*** Opening of INPUT RECORDS ***
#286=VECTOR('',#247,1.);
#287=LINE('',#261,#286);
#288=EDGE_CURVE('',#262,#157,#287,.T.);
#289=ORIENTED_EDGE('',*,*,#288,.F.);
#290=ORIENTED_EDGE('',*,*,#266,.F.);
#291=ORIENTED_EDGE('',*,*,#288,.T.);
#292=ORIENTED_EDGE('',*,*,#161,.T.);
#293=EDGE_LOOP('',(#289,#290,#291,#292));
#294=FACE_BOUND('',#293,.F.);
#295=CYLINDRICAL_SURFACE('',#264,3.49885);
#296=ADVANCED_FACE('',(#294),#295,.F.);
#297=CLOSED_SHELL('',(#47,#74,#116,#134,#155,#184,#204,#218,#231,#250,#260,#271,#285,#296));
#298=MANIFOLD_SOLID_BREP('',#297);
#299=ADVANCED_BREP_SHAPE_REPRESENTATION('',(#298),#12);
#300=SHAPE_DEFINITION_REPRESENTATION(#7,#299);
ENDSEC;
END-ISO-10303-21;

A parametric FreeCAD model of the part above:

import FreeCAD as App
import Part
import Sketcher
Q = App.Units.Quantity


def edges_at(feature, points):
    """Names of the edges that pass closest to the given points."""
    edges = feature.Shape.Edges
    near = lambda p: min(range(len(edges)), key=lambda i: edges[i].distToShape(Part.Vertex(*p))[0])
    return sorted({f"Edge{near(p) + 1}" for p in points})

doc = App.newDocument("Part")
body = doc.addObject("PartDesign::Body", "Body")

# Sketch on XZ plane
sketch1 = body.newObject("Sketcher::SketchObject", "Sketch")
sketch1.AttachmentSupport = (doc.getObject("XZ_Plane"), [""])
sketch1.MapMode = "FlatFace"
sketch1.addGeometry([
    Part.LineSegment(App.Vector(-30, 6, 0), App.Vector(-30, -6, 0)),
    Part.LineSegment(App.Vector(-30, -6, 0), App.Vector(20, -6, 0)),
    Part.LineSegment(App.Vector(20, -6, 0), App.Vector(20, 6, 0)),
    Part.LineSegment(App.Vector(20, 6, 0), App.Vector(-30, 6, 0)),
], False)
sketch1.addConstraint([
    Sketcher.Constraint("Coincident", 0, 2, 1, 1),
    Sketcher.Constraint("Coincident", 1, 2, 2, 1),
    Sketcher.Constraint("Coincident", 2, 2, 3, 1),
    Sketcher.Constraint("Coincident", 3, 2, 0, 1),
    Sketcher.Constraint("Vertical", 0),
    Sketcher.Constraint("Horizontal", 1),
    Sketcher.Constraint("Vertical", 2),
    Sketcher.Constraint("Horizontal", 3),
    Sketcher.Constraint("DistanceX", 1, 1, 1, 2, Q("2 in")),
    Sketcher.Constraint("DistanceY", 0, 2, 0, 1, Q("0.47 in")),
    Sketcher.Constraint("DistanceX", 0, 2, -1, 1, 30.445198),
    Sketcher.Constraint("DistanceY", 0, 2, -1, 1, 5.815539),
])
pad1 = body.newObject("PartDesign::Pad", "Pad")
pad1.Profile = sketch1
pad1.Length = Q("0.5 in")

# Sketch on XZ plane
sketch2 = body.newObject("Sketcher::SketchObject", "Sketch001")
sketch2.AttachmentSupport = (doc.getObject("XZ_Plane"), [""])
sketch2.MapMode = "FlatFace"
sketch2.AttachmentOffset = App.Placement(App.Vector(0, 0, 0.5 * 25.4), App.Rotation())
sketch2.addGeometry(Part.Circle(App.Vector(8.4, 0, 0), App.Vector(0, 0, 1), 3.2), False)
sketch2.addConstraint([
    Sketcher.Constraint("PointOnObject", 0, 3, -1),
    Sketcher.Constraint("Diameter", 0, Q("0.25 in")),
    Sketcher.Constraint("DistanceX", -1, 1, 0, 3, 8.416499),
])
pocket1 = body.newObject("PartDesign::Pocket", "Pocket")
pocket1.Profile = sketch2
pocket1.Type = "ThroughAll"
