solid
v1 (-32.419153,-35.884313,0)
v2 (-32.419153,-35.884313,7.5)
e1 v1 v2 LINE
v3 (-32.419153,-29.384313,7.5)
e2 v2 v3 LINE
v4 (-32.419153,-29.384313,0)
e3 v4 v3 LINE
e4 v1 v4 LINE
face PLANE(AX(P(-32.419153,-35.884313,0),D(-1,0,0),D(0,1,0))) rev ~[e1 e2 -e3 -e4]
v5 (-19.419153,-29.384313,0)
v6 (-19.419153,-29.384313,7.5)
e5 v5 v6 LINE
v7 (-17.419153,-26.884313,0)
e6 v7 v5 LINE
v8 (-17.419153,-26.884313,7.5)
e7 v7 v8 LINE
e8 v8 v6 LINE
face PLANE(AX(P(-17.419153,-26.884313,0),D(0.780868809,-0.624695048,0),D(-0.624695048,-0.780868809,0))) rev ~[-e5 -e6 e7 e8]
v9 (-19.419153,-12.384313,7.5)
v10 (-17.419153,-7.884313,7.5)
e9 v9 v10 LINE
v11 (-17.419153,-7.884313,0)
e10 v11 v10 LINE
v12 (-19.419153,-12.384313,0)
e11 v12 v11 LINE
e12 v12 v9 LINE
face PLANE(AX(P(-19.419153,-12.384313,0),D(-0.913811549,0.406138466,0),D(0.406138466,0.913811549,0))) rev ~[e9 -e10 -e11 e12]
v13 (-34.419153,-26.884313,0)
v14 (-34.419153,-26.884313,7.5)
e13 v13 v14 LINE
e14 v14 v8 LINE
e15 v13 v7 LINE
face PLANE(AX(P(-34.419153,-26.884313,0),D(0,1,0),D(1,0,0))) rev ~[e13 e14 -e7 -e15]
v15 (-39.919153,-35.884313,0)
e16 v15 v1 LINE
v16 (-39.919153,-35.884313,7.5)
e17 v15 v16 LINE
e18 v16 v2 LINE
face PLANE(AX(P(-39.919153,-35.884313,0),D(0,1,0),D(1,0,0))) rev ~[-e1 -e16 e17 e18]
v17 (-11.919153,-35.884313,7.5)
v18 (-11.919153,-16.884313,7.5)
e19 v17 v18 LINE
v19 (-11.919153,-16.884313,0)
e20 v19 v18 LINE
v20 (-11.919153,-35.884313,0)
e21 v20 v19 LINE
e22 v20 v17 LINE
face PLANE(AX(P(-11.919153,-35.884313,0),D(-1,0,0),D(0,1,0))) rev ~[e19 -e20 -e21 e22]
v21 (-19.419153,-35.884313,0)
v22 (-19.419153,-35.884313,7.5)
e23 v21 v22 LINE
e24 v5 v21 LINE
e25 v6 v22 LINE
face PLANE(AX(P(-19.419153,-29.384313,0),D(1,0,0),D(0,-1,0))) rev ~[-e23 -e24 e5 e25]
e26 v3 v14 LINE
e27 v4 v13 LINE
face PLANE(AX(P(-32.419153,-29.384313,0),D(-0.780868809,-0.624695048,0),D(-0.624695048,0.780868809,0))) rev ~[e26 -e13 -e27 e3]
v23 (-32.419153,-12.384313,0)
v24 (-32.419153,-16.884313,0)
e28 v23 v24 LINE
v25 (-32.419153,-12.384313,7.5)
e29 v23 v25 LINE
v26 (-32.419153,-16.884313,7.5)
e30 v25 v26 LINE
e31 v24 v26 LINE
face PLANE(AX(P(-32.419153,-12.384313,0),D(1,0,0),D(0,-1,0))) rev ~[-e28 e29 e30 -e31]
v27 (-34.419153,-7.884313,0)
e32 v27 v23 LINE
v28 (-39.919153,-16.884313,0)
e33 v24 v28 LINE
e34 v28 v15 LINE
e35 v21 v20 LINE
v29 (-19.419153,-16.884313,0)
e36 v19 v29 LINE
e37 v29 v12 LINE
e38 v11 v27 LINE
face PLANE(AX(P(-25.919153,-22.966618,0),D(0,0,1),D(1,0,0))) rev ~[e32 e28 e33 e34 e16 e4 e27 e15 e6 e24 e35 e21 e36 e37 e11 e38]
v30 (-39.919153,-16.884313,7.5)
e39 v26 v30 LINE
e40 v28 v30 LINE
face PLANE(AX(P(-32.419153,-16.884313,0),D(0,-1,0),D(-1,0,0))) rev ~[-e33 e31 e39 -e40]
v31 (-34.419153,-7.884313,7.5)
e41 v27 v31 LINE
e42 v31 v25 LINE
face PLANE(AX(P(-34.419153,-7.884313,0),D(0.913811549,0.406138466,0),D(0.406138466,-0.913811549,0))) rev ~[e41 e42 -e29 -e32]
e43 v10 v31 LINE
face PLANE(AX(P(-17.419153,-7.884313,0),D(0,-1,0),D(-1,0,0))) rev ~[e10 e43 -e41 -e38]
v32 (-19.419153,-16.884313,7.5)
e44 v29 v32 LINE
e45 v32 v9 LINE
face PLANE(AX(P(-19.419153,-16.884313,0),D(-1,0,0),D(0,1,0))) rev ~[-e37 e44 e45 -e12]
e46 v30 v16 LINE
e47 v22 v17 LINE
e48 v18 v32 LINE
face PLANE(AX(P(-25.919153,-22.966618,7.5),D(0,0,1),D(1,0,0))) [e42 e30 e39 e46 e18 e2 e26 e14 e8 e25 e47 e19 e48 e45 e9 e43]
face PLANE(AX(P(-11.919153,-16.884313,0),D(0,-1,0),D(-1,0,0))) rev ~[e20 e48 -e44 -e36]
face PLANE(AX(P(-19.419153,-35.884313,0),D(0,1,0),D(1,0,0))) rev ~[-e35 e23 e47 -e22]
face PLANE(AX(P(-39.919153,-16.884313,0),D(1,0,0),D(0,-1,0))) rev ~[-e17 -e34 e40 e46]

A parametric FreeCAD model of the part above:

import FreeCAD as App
import Part
import Sketcher

V = App.Vector

doc = App.newDocument("Part")
body = doc.addObject("PartDesign::Body", "Body")

sketch1 = body.newObject("Sketcher::SketchObject", "Sketch")
sketch1.AttachmentSupport = (doc.getObject("XY_Plane"), [""])
sketch1.MapMode = "FlatFace"
sketch1.addGeometry([
    Part.LineSegment(V(-39.9, -35.9, 0), V(-32.4, -35.9, 0)),
    Part.LineSegment(V(-32.4, -35.9, 0), V(-32.4, -29.4, 0)),
    Part.LineSegment(V(-32.4, -29.4, 0), V(-34.4, -26.9, 0)),
    Part.LineSegment(V(-34.4, -26.9, 0), V(-17.4, -26.9, 0)),
    Part.LineSegment(V(-17.4, -26.9, 0), V(-19.4, -29.4, 0)),
    Part.LineSegment(V(-19.4, -29.4, 0), V(-19.4, -35.9, 0)),
    Part.LineSegment(V(-19.4, -35.9, 0), V(-11.9, -35.9, 0)),
    Part.LineSegment(V(-11.9, -35.9, 0), V(-11.9, -16.9, 0)),
    Part.LineSegment(V(-11.9, -16.9, 0), V(-19.4, -16.9, 0)),
    Part.LineSegment(V(-19.4, -16.9, 0), V(-19.4, -12.4, 0)),
    Part.LineSegment(V(-19.4, -12.4, 0), V(-17.4, -7.9, 0)),
    Part.LineSegment(V(-17.4, -7.9, 0), V(-34.4, -7.9, 0)),
    Part.LineSegment(V(-34.4, -7.9, 0), V(-32.4, -12.4, 0)),
    Part.LineSegment(V(-32.4, -12.4, 0), V(-32.4, -16.9, 0)),
    Part.LineSegment(V(-32.4, -16.9, 0), V(-39.9, -16.9, 0)),
    Part.LineSegment(V(-39.9, -16.9, 0), V(-39.9, -35.9, 0)),
], False)
sketch1.addConstraint([
    Sketcher.Constraint("Coincident", 0, 2, 1, 1),
    Sketcher.Constraint("Coincident", 1, 2, 2, 1),
    Sketcher.Constraint("Coincident", 2, 2, 3, 1),
    Sketcher.Constraint("Coincident", 3, 2, 4, 1),
    Sketcher.Constraint("Coincident", 4, 2, 5, 1),
    Sketcher.Constraint("Coincident", 5, 2, 6, 1),
    Sketcher.Constraint("Coincident", 6, 2, 7, 1),
    Sketcher.Constraint("Coincident", 7, 2, 8, 1),
    Sketcher.Constraint("Coincident", 8, 2, 9, 1),
    Sketcher.Constraint("Coincident", 9, 2, 10, 1),
    Sketcher.Constraint("Coincident", 10, 2, 11, 1),
    Sketcher.Constraint("Coincident", 11, 2, 12, 1),
    Sketcher.Constraint("Coincident", 12, 2, 13, 1),
    Sketcher.Constraint("Coincident", 13, 2, 14, 1),
    Sketcher.Constraint("Coincident", 14, 2, 15, 1),
    Sketcher.Constraint("Coincident", 15, 2, 0, 1),
    Sketcher.Constraint("Horizontal", 0),
    Sketcher.Constraint("Vertical", 1),
    Sketcher.Constraint("Horizontal", 3),
    Sketcher.Constraint("Vertical", 5),
    Sketcher.Constraint("Horizontal", 6),
    Sketcher.Constraint("Vertical", 7),
    Sketcher.Constraint("Horizontal", 8),
    Sketcher.Constraint("Vertical", 9),
    Sketcher.Constraint("Horizontal", 11),
    Sketcher.Constraint("Vertical", 13),
    Sketcher.Constraint("Horizontal", 14),
    Sketcher.Constraint("Vertical", 15),
    Sketcher.Constraint("Horizontal", 1, 2, 4, 2),
    Sketcher.Constraint("Horizontal", 0, 2, 5, 2),
    Sketcher.Constraint("Horizontal", 9, 2, 12, 2),
    Sketcher.Constraint("Horizontal", 8, 2, 13, 2),
    Sketcher.Constraint("Vertical", 5, 2, 8, 2),
    Sketcher.Constraint("Vertical", 3, 2, 10, 2),
    Sketcher.Constraint("Vertical", 2, 2, 11, 2),
    Sketcher.Constraint("Vertical", 1, 2, 12, 2),
    Sketcher.Constraint("Equal", 0, 6),
    Sketcher.Constraint("Equal", 2, 4),
    Sketcher.Constraint("DistanceX", 3, 1, 3, 2, 17.0),
    Sketcher.Constraint("DistanceY", 7, 1, 7, 2, 19.0),
    Sketcher.Constraint("DistanceX", 0, 1, 0, 2, 7.5),
    Sketcher.Constraint("DistanceY", 1, 1, 1, 2, 6.5),
    Sketcher.Constraint("DistanceY", 9, 1, 9, 2, 4.5),
    Sketcher.Constraint("DistanceX", 2, 2, 1, 2, 2.0),
    Sketcher.Constraint("DistanceY", 0, 2, 2, 2, 9.0),
    Sketcher.Constraint("DistanceY", 8, 2, 10, 2, 9.0),
    Sketcher.Constraint("DistanceX", 0, 2, -1, 1, 32.419153),
    Sketcher.Constraint("DistanceY", 0, 2, -1, 1, 35.884313),
])
pad1 = body.newObject("PartDesign::Pad", "Pad")
pad1.Profile = sketch1
pad1.Length = 7.5

doc.recompute()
*** Close of INPUT RECORDS ***
-- TASK BRIEF --
Look over the listing above and copy each line that contains "points".

-- TASK ANSWER --
def edges_at(feature, points):
    """Names of the edges that pass closest to the given points."""
    return sorted({f"Edge{near(p) + 1}" for p in points})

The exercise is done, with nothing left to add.